[[ Information shown open ]]

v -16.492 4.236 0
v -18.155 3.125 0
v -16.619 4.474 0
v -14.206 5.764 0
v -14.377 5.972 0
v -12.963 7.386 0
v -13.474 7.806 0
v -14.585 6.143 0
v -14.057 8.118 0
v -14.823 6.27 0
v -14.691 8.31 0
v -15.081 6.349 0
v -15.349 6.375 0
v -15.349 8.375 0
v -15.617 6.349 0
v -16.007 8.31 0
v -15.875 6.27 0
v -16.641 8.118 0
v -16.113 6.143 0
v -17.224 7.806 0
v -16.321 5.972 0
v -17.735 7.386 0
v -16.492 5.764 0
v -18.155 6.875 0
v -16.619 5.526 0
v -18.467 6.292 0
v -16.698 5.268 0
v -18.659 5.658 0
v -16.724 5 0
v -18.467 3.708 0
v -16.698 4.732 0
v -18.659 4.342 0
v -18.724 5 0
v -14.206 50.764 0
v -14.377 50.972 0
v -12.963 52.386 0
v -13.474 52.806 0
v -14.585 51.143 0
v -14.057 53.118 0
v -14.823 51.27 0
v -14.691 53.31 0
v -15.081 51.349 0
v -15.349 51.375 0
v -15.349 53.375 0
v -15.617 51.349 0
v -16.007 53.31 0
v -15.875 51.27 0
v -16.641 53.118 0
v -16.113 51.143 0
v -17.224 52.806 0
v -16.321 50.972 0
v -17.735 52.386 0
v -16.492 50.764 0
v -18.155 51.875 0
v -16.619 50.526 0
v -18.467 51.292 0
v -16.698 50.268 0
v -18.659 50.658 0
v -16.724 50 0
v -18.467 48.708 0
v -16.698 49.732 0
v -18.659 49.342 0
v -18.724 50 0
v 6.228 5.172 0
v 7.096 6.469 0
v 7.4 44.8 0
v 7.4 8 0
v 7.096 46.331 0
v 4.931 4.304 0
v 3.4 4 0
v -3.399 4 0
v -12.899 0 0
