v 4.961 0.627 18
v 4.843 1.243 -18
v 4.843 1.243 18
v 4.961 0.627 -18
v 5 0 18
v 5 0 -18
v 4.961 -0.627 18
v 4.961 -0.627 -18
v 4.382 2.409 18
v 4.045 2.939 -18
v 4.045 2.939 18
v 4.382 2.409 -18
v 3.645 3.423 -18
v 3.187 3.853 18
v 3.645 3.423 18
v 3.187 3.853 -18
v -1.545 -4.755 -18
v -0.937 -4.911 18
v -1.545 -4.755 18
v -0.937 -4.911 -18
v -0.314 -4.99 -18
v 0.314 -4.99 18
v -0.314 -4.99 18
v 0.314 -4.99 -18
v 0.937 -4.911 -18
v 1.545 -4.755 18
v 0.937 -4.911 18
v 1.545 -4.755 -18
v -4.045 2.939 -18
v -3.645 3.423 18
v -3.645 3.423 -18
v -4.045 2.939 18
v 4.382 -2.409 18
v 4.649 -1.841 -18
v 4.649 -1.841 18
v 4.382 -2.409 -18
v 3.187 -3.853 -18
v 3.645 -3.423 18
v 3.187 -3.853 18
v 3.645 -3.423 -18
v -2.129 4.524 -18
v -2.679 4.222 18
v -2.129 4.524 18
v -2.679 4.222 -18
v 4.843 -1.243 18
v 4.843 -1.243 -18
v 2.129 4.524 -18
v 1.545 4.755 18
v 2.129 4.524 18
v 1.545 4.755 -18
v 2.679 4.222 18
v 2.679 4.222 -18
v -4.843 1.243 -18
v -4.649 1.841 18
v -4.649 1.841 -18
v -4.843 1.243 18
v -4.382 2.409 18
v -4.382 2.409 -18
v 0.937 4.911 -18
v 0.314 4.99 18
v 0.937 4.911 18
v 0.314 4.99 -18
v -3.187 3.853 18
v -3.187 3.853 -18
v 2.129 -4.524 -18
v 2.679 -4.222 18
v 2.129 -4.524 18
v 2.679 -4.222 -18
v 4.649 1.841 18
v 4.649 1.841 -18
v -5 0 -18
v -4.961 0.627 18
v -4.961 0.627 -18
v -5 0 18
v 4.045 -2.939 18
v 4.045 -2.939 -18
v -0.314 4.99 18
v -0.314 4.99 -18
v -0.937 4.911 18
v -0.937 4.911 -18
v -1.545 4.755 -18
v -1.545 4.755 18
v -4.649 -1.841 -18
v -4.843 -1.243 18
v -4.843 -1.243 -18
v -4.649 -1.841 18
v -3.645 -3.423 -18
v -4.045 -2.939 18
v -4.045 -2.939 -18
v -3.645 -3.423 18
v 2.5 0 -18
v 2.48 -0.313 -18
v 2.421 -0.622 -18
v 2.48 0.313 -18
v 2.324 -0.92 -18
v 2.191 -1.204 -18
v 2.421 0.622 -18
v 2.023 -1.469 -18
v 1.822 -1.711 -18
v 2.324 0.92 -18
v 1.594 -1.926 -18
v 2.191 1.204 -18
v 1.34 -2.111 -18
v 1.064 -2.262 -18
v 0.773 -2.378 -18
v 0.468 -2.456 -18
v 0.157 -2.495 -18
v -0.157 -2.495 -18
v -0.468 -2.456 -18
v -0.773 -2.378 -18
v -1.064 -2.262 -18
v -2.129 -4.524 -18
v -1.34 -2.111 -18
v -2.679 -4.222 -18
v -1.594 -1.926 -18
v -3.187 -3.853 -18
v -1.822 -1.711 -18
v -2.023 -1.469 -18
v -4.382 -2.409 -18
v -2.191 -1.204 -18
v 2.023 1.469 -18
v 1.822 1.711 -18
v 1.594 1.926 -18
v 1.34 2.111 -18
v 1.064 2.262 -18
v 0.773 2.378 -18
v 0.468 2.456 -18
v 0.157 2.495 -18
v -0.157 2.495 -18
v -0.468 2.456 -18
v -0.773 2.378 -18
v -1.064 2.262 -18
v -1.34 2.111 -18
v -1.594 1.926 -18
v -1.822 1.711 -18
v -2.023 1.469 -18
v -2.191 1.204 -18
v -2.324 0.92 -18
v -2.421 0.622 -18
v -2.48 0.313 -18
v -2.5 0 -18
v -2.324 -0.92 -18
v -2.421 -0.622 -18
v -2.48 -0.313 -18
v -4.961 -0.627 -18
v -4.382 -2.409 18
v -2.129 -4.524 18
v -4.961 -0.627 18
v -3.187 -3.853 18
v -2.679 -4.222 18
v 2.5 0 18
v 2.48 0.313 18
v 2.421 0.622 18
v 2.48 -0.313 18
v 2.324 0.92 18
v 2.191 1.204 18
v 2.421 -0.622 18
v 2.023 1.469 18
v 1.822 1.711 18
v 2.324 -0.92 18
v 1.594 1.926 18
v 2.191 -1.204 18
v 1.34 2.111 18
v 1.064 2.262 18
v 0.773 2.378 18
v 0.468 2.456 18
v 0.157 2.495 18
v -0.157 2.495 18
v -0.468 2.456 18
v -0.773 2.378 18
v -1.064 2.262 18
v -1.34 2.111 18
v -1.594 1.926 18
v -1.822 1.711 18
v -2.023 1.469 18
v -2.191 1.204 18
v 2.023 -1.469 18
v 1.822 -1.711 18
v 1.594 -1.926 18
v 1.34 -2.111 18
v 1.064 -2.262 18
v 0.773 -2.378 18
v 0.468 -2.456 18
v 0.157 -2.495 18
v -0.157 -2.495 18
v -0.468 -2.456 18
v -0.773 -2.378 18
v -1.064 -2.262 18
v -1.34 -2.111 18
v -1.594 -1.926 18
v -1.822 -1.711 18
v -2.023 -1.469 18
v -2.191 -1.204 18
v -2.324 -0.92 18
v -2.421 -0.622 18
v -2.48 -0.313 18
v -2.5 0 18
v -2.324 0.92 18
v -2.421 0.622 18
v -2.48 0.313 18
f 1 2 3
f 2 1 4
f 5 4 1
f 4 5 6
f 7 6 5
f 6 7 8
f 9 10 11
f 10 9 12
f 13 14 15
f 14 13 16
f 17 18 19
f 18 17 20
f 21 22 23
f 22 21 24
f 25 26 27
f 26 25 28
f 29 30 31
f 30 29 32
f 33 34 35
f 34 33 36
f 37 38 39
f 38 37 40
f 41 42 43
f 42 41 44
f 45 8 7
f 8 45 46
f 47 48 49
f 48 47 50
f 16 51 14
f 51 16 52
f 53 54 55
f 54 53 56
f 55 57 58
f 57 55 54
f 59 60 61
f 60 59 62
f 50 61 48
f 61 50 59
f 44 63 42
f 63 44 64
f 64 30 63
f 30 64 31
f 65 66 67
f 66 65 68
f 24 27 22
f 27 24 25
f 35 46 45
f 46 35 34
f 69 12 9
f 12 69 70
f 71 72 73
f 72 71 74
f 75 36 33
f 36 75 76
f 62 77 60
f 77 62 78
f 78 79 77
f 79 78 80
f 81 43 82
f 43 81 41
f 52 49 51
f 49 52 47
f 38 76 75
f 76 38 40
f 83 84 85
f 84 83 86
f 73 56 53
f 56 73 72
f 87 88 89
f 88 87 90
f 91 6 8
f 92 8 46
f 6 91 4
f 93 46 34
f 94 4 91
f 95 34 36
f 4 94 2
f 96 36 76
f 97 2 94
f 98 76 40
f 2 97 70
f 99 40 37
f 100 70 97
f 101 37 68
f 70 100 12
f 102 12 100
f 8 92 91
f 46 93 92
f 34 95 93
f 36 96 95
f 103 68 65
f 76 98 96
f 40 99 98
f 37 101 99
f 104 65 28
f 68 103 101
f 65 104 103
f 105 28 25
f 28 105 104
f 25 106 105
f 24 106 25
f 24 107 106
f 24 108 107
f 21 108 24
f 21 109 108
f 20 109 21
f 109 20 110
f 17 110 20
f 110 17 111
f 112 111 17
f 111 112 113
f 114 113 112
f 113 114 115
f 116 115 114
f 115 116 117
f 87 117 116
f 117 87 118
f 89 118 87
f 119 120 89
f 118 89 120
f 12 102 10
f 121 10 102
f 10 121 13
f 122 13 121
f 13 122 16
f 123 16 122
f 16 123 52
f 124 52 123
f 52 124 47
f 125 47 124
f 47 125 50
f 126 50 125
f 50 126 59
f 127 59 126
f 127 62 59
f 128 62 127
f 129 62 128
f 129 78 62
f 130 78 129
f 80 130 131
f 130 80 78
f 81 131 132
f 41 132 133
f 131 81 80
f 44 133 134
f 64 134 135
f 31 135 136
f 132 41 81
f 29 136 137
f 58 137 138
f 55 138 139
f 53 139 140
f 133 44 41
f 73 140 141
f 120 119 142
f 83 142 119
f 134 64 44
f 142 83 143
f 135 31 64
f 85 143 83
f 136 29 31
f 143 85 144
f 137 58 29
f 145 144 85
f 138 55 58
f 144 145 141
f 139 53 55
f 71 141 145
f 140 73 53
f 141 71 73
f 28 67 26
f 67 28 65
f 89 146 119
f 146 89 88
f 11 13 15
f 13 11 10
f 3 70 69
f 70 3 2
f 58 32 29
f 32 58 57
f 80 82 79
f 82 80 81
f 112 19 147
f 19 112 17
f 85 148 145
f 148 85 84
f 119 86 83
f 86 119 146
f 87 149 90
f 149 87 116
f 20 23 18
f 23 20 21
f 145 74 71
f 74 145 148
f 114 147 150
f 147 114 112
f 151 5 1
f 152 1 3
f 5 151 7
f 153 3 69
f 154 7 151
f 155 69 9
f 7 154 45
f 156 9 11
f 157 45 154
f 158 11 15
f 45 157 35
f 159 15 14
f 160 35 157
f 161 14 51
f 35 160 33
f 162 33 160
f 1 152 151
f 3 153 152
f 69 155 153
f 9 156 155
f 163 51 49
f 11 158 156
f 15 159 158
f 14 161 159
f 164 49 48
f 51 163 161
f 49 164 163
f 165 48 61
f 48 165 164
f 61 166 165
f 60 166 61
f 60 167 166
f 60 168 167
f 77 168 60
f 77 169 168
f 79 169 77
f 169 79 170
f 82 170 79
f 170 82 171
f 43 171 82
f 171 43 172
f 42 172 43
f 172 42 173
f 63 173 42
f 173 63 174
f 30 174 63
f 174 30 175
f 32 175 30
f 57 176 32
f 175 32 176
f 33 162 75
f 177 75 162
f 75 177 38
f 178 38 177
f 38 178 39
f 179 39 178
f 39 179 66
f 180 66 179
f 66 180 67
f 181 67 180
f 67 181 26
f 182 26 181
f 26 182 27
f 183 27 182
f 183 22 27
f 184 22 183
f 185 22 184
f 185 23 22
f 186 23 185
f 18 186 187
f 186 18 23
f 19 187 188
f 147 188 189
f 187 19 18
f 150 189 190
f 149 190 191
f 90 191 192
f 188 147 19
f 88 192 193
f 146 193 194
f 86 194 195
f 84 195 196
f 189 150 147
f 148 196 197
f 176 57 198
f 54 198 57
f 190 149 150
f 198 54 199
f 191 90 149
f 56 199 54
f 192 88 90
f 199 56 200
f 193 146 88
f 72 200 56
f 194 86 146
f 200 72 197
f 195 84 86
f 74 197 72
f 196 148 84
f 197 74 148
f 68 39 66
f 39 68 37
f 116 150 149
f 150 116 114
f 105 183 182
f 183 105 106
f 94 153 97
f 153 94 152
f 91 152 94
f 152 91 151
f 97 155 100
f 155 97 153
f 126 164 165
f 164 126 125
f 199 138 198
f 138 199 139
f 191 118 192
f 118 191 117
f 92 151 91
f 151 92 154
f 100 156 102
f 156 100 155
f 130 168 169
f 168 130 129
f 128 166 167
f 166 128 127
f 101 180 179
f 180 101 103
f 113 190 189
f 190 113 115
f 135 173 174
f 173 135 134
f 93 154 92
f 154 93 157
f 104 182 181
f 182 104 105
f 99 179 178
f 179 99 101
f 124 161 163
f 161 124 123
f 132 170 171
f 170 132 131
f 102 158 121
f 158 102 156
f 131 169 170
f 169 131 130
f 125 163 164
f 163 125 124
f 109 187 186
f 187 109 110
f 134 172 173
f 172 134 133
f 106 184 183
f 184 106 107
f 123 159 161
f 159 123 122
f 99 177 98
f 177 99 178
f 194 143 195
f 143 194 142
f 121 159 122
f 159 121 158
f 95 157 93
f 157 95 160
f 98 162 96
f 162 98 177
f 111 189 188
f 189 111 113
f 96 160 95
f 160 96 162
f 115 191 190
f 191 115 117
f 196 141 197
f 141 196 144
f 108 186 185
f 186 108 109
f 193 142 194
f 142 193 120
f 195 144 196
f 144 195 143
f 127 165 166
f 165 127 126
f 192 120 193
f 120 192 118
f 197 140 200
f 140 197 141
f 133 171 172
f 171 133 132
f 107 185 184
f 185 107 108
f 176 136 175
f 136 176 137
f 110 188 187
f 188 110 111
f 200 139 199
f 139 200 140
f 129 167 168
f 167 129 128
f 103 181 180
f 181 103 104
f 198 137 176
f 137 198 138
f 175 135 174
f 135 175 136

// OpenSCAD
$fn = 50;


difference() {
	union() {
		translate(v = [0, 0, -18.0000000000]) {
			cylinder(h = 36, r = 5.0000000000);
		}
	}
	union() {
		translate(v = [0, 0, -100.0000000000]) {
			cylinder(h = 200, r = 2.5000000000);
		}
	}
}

[[ Information shown closed ]]

Required work:
The answer must hold exactly the lines of the entries above, from the first line through the line that contains "v -15.349 8.375 0", and no others.

Solution below:
v -16.492 4.236 0
v -18.155 3.125 0
v -16.619 4.474 0
v -14.206 5.764 0
v -14.377 5.972 0
v -12.963 7.386 0
v -13.474 7.806 0
v -14.585 6.143 0
v -14.057 8.118 0
v -14.823 6.27 0
v -14.691 8.31 0
v -15.081 6.349 0
v -15.349 6.375 0
v -15.349 8.375 0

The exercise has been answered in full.